Small RNAs may be involved in this communication between the vegetative cell and the sperm
cells. A class of siRNAs that is 21 nt in length and
corresponds to Athila retrotransposons, the largest
transposon family, is detected in sperm cells.
Because Athila retrotransposons remain silenced
in sperm cells but are activated in the vegetative
nucleus, it is possible that the 21-nt siRNAs are
produced in the vegetative nucleus and then travel
to their site of action—sperm cells—where they
mediate the silencing of transposons through an
unknown mechanism (Fig. 1) (24). A common
theme is that both male and female gametophytes
contain nurse cells in which massive epigenetic
reprogramming may serve to reinforce transposon
silencing in the germ line (Fig. 1).
Another example of small RNAs silencing
transposons at a distance occurs when the megaspore mother cell differentiates from somatic
tissues (25). Mutations in AGO9 (ARGONAUTE
9), a member of the Arabidopsis Argonaute family of proteins, result in the reactivation of transposons in the ovule (including the egg cell) (Fig. 1).

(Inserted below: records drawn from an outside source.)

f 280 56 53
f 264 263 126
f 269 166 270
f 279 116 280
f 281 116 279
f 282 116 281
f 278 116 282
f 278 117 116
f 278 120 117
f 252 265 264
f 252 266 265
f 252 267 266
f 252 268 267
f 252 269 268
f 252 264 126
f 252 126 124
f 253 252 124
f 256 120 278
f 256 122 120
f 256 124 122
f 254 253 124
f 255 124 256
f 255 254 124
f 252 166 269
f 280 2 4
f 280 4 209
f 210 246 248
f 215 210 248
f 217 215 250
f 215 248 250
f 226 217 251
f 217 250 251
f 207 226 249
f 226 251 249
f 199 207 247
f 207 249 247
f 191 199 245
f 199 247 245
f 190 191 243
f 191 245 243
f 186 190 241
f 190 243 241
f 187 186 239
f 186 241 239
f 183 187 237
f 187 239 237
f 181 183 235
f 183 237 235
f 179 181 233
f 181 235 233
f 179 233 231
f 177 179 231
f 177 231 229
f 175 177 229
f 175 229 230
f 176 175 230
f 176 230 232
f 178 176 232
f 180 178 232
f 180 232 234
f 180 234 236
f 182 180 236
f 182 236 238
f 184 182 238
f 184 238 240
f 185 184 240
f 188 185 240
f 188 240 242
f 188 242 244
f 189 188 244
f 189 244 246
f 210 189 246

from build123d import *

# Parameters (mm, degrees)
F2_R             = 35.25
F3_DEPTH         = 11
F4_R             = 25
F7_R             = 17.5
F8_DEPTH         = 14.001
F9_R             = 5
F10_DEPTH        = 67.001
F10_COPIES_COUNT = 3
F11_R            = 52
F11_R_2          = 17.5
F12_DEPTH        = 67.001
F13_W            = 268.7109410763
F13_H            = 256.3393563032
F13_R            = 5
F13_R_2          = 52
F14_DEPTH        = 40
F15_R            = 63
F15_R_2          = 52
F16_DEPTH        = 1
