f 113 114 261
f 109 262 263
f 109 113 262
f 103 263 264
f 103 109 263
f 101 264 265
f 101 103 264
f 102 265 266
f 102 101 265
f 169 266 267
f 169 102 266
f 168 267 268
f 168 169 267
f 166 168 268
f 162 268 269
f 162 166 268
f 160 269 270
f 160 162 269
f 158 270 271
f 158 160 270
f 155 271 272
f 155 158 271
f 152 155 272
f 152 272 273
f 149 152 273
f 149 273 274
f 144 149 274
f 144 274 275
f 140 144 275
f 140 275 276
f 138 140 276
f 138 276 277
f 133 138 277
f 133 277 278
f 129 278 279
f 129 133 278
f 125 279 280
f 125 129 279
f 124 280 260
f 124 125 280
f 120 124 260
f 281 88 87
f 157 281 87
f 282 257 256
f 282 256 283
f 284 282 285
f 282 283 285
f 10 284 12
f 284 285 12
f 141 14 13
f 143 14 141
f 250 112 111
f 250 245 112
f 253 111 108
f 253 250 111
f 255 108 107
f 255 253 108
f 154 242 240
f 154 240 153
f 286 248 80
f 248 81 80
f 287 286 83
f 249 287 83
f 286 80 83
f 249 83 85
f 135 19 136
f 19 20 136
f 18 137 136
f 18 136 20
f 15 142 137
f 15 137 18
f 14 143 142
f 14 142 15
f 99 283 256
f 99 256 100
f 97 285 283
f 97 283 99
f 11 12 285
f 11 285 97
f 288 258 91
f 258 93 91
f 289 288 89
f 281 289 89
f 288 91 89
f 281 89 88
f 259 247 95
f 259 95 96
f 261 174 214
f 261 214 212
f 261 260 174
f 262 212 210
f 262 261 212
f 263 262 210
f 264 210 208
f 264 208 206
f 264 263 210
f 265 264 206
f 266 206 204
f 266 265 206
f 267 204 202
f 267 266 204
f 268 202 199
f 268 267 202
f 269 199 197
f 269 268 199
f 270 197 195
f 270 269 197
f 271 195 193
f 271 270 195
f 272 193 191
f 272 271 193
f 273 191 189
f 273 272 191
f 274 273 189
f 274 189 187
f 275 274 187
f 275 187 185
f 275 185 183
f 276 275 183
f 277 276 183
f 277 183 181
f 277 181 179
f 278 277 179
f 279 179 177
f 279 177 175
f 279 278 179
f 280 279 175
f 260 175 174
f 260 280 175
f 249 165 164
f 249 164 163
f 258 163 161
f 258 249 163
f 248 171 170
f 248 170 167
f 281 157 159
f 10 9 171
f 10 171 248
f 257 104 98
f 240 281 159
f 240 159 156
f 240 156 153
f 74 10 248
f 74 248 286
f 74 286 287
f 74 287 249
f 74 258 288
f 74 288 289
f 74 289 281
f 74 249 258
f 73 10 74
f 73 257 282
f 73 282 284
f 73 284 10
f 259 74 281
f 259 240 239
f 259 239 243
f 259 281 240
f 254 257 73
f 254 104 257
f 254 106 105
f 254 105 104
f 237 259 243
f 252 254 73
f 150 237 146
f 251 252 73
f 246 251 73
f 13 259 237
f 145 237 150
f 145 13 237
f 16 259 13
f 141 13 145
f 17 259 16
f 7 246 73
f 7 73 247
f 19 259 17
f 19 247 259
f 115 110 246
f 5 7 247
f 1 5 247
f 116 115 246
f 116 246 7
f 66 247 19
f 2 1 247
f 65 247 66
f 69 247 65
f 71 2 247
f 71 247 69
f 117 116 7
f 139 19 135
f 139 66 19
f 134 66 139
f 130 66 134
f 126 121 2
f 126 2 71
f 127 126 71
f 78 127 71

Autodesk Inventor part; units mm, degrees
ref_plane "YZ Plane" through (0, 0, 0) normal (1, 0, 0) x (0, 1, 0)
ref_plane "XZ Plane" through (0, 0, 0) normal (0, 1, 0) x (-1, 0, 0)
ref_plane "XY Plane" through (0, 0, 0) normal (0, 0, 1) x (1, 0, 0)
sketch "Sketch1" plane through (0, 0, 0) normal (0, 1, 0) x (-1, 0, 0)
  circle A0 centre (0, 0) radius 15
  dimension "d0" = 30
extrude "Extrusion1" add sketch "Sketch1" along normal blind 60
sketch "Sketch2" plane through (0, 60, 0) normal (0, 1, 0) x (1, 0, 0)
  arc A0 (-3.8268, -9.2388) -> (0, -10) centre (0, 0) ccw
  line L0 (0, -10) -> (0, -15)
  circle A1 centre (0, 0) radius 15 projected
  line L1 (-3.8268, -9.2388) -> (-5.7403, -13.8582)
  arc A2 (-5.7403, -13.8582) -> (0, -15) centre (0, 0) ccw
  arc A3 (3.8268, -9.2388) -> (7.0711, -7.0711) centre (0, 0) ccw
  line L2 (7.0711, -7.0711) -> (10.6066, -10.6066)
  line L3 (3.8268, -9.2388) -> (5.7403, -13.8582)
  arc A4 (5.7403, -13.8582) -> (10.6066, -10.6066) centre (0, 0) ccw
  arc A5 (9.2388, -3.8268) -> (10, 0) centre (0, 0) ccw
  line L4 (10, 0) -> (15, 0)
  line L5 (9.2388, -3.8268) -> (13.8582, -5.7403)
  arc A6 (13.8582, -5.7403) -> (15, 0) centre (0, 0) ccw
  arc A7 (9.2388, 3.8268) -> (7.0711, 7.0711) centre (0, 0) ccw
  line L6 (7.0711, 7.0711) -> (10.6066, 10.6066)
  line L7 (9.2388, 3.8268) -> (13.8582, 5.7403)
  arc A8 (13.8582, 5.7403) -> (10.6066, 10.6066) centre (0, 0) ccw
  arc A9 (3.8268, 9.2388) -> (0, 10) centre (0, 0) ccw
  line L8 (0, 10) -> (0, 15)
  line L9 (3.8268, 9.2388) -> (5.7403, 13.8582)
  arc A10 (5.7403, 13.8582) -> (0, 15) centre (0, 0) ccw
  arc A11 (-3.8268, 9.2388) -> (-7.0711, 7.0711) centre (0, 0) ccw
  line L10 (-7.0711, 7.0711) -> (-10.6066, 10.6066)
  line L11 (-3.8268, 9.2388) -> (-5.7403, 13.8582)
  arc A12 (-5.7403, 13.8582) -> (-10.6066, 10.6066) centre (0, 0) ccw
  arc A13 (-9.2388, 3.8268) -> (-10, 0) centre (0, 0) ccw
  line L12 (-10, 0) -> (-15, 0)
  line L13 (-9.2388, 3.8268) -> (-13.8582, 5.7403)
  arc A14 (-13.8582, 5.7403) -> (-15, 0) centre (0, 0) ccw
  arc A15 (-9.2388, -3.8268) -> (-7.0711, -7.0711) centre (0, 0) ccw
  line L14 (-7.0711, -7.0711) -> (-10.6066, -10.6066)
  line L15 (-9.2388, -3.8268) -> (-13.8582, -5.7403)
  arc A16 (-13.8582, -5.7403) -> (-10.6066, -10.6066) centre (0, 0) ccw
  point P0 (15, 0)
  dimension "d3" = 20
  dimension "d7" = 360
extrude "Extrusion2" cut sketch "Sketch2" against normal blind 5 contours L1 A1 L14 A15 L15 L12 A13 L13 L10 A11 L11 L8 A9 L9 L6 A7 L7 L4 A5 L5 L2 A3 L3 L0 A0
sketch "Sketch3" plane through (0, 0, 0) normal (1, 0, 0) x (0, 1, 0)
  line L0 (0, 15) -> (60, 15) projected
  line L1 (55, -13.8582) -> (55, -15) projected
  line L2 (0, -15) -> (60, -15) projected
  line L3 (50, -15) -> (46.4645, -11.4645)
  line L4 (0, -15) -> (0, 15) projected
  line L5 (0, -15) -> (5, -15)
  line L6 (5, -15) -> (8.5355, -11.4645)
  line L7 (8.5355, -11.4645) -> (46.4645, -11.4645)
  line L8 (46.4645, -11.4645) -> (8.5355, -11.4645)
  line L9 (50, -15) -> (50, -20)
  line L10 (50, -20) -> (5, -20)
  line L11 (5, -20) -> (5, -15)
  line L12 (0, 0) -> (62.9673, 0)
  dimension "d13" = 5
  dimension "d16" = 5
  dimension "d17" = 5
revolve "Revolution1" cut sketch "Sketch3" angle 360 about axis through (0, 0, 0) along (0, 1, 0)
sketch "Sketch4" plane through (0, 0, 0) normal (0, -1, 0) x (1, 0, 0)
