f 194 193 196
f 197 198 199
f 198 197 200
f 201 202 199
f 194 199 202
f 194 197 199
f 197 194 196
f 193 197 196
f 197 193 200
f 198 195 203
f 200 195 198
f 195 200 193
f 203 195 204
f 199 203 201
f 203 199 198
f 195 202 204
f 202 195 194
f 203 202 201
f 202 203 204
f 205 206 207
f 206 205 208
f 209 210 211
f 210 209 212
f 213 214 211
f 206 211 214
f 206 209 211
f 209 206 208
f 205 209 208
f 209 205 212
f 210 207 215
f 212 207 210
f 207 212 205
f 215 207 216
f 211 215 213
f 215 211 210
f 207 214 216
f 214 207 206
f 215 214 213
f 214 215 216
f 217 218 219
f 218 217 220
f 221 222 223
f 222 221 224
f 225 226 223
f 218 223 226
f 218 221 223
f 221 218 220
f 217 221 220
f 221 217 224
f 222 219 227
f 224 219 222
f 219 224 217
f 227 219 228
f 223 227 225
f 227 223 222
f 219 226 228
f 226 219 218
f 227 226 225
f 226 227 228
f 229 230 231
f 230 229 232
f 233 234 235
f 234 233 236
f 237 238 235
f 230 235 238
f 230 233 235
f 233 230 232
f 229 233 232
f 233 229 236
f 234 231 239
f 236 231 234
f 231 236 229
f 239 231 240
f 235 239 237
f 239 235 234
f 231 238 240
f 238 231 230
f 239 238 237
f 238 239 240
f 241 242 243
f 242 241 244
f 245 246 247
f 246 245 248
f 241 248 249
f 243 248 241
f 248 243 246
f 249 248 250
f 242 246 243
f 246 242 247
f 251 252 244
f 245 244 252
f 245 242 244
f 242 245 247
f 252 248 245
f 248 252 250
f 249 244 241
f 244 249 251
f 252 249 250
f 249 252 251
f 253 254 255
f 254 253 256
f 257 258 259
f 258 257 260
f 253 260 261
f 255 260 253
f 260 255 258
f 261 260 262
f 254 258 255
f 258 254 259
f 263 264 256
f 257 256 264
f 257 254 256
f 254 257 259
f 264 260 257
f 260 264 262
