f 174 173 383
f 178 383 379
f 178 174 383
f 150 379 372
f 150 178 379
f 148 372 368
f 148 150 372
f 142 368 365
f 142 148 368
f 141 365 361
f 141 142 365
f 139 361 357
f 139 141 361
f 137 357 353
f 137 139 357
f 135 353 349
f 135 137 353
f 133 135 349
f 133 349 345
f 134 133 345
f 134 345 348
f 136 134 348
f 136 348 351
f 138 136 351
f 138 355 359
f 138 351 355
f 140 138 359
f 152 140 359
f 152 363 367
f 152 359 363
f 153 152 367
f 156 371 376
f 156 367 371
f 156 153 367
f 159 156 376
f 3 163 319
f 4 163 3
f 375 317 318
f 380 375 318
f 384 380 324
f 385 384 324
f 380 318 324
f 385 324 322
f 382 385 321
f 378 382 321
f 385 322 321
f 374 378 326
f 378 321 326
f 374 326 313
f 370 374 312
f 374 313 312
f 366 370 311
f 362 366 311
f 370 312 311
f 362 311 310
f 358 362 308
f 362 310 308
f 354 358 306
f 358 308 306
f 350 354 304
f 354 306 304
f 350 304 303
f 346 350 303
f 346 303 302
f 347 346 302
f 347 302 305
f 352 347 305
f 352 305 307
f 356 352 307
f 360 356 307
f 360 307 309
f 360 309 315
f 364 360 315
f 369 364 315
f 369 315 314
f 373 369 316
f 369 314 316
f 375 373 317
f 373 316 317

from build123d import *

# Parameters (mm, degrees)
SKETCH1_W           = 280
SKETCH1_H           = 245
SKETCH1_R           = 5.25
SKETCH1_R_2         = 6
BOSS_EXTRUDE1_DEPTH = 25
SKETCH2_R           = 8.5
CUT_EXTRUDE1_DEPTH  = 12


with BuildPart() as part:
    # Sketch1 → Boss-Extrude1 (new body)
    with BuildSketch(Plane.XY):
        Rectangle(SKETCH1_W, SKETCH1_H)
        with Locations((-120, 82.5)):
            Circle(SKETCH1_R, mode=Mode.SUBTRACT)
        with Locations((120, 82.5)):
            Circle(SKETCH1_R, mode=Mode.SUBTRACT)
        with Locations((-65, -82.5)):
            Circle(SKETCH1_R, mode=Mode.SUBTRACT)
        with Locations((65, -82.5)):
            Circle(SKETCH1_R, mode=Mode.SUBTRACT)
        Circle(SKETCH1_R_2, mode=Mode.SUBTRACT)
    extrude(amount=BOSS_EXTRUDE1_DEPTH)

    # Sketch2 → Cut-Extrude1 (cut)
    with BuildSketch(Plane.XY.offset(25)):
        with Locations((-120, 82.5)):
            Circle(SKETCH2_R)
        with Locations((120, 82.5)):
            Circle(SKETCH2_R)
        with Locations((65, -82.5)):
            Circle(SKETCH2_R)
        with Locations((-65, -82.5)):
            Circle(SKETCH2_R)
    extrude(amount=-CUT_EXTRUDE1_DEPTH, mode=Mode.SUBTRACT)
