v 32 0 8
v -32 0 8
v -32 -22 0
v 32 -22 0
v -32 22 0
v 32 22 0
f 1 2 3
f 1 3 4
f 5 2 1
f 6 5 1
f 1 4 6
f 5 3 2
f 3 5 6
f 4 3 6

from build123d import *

# Parameters (mm, degrees)
F0_W       = 64
F0_H       = 44
F1_DEPTH   = 8
F2_SIZE2   = 21.99999
F2_SIZE    = 7.99999
F2_2_SIZE2 = 21.99999
F2_2_SIZE  = 7.99999


# Not quite as in the source:
# - a fillet or chamfer is up to 0.001 mm smaller than in the source, because OpenCascade refuses the exact size


with BuildPart() as f1:
    # F0 (on Top) → F1 (new body)
    with BuildSketch(Plane.XY):
        Rectangle(F0_W, F0_H)
    extrude(amount=F1_DEPTH)

    # F2 (size 8 and 22 in the source; OpenCascade refuses exactly that, so slightly less here)
    f2_edges = [f1.edges().sort_by_distance(p)[0] for p in [
        (0, -22, 8),
    ]]
    f2_side = f1.faces().sort_by_distance((0, -22, 4))[0]
    chamfer(f2_edges, length=F2_SIZE, length2=F2_SIZE2, reference=f2_side)

    # F2#2 (size 8 and 22 in the source; OpenCascade refuses exactly that, so slightly less here)
    f2_2_edges = [f1.edges().sort_by_distance(p)[0] for p in [
        (0, 22, 8),
    ]]
    f2_2_side = f1.faces().sort_by_distance((0, 22, 4))[0]
    chamfer(f2_2_edges, length=F2_2_SIZE, length2=F2_2_SIZE2, reference=f2_2_side)


solid = f1.part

Remarkably, AGO9 is not expressed in the reproductive cells themselves (megaspore mother
cell, megaspore, or developing female gametophyte), but is expressed in the companion cells
surrounding the female gametophyte. The transposon targets of AGO9 are similar to those reactivated in pollen, and evidence suggests that
AGO9-mediated transposon silencing uses components of known silencing pathways, including
the 24-nt RNA-directed DNA methylation pathway (25). Whether the AGO9-associated 24-nt
siRNAs are the mobile signal remains to be tested.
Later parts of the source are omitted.